RECORDS TO USE Block Start

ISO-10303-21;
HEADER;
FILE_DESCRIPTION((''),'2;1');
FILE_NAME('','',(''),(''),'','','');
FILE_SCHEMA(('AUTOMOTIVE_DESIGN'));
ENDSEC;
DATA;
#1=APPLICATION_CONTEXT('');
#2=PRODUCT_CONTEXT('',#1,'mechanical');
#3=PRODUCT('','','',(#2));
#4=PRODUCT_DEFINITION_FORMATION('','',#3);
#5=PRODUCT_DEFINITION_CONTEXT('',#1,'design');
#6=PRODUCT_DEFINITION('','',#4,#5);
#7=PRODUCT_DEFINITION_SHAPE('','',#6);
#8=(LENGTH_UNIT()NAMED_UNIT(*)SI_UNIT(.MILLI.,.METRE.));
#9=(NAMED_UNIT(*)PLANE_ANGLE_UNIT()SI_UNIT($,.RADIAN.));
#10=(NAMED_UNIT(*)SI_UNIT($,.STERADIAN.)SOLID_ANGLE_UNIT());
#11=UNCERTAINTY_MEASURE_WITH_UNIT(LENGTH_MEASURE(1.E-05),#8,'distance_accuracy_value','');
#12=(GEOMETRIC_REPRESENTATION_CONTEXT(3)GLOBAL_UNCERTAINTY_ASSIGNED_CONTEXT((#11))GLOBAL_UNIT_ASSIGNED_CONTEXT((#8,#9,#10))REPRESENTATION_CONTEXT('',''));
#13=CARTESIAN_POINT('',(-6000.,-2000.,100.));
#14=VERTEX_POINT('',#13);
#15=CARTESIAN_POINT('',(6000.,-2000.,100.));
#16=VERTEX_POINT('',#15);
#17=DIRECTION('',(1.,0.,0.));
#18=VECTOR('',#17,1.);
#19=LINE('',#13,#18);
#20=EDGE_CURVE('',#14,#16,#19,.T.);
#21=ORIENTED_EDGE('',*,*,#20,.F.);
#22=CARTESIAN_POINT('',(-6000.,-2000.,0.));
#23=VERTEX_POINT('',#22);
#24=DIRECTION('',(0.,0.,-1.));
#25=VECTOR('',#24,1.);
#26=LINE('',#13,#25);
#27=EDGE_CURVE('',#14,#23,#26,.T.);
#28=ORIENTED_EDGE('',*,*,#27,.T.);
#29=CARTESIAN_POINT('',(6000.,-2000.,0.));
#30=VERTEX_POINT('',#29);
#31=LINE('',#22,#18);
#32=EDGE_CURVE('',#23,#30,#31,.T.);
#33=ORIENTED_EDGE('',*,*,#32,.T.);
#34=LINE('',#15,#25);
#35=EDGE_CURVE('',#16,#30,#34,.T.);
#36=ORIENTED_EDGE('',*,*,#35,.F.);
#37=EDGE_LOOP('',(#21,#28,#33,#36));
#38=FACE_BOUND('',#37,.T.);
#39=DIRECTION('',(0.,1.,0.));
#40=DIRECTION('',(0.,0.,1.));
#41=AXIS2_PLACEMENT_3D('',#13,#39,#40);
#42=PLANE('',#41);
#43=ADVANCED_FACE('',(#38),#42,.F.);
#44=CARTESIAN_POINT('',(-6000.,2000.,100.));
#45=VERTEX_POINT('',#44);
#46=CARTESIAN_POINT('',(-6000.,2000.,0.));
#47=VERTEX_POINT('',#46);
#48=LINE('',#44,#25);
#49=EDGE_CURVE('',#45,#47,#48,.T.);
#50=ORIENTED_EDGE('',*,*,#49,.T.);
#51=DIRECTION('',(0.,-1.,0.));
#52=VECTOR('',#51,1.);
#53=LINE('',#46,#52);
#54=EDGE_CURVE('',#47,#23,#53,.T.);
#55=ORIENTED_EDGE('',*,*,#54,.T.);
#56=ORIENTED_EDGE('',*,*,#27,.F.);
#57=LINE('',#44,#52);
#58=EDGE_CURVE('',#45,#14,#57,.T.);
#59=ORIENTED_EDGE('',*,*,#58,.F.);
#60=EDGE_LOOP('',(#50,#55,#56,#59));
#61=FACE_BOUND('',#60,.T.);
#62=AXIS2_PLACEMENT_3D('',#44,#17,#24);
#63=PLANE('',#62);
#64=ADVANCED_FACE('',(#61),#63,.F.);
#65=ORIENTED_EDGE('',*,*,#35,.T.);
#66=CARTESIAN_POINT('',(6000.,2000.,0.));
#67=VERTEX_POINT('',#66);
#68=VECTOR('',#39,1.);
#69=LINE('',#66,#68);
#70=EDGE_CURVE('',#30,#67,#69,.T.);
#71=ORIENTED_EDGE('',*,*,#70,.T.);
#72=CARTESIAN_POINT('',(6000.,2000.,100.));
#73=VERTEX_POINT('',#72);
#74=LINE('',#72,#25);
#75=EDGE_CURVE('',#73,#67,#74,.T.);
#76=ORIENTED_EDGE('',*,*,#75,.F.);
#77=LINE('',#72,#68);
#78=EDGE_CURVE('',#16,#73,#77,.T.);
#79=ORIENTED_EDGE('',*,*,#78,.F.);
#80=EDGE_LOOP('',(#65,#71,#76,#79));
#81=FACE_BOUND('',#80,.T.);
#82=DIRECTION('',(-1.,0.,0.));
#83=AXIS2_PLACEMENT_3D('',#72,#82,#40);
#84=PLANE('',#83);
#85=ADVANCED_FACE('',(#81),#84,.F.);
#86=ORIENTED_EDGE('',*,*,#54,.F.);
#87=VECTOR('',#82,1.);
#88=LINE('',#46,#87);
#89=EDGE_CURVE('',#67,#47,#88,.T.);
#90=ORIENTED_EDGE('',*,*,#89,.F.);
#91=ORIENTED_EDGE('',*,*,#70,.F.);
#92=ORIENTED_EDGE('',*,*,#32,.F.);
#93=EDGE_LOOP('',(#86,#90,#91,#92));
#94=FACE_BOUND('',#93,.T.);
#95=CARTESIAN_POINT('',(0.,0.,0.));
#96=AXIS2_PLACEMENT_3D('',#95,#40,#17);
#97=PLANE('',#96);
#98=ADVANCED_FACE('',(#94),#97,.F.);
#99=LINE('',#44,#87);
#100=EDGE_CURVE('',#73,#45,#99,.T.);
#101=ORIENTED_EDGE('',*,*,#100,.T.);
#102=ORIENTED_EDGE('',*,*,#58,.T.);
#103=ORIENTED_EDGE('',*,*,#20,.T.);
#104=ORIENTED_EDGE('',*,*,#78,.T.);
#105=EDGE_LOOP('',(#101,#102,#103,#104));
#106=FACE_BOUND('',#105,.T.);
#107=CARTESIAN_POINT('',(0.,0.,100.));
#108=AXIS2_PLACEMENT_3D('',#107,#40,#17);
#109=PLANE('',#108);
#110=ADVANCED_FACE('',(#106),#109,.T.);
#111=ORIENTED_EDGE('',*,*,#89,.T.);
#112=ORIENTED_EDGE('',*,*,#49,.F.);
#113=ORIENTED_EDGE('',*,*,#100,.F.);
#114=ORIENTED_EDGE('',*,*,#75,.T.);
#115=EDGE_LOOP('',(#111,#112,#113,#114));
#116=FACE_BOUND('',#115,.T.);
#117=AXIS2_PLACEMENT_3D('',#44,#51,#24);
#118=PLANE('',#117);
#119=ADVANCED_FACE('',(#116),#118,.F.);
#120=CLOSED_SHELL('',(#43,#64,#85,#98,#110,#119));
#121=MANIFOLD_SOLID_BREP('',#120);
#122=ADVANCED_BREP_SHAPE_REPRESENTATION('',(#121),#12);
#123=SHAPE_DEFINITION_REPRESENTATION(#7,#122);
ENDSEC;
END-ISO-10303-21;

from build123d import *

# Parameters (mm, degrees)
SKETCH_1_W      = 12000
SKETCH_1_H      = 4000
EXTRUDE_1_DEPTH = 100


with BuildPart() as part:
    # 草图1 → 凸台-拉伸1 (new body)
    with BuildSketch(Plane.XY):
        Rectangle(SKETCH_1_W, SKETCH_1_H)
    extrude(amount=EXTRUDE_1_DEPTH)


solid = part.part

RECORDS TO USE Block End

WHAT IS NEEDED:
Transcribe the records above from the line holding "#9=(NAMED_UNIT(*)PLANE_ANGLE_UNIT()SI_UNIT($,.RADIAN.));" down to the line holding "#35=EDGE_CURVE('',#16,#30,#34,.T.);", inclusive, without adding anything.

WRITTEN SOLUTION:
#9=(NAMED_UNIT(*)PLANE_ANGLE_UNIT()SI_UNIT($,.RADIAN.));
#10=(NAMED_UNIT(*)SI_UNIT($,.STERADIAN.)SOLID_ANGLE_UNIT());
#11=UNCERTAINTY_MEASURE_WITH_UNIT(LENGTH_MEASURE(1.E-05),#8,'distance_accuracy_value','');
#12=(GEOMETRIC_REPRESENTATION_CONTEXT(3)GLOBAL_UNCERTAINTY_ASSIGNED_CONTEXT((#11))GLOBAL_UNIT_ASSIGNED_CONTEXT((#8,#9,#10))REPRESENTATION_CONTEXT('',''));
#13=CARTESIAN_POINT('',(-6000.,-2000.,100.));
#14=VERTEX_POINT('',#13);
#15=CARTESIAN_POINT('',(6000.,-2000.,100.));
#16=VERTEX_POINT('',#15);
#17=DIRECTION('',(1.,0.,0.));
#18=VECTOR('',#17,1.);
#19=LINE('',#13,#18);
#20=EDGE_CURVE('',#14,#16,#19,.T.);
#21=ORIENTED_EDGE('',*,*,#20,.F.);
#22=CARTESIAN_POINT('',(-6000.,-2000.,0.));
#23=VERTEX_POINT('',#22);
#24=DIRECTION('',(0.,0.,-1.));
#25=VECTOR('',#24,1.);
#26=LINE('',#13,#25);
#27=EDGE_CURVE('',#14,#23,#26,.T.);
#28=ORIENTED_EDGE('',*,*,#27,.T.);
#29=CARTESIAN_POINT('',(6000.,-2000.,0.));
#30=VERTEX_POINT('',#29);
#31=LINE('',#22,#18);
#32=EDGE_CURVE('',#23,#30,#31,.T.);
#33=ORIENTED_EDGE('',*,*,#32,.T.);
#34=LINE('',#15,#25);
#35=EDGE_CURVE('',#16,#30,#34,.T.);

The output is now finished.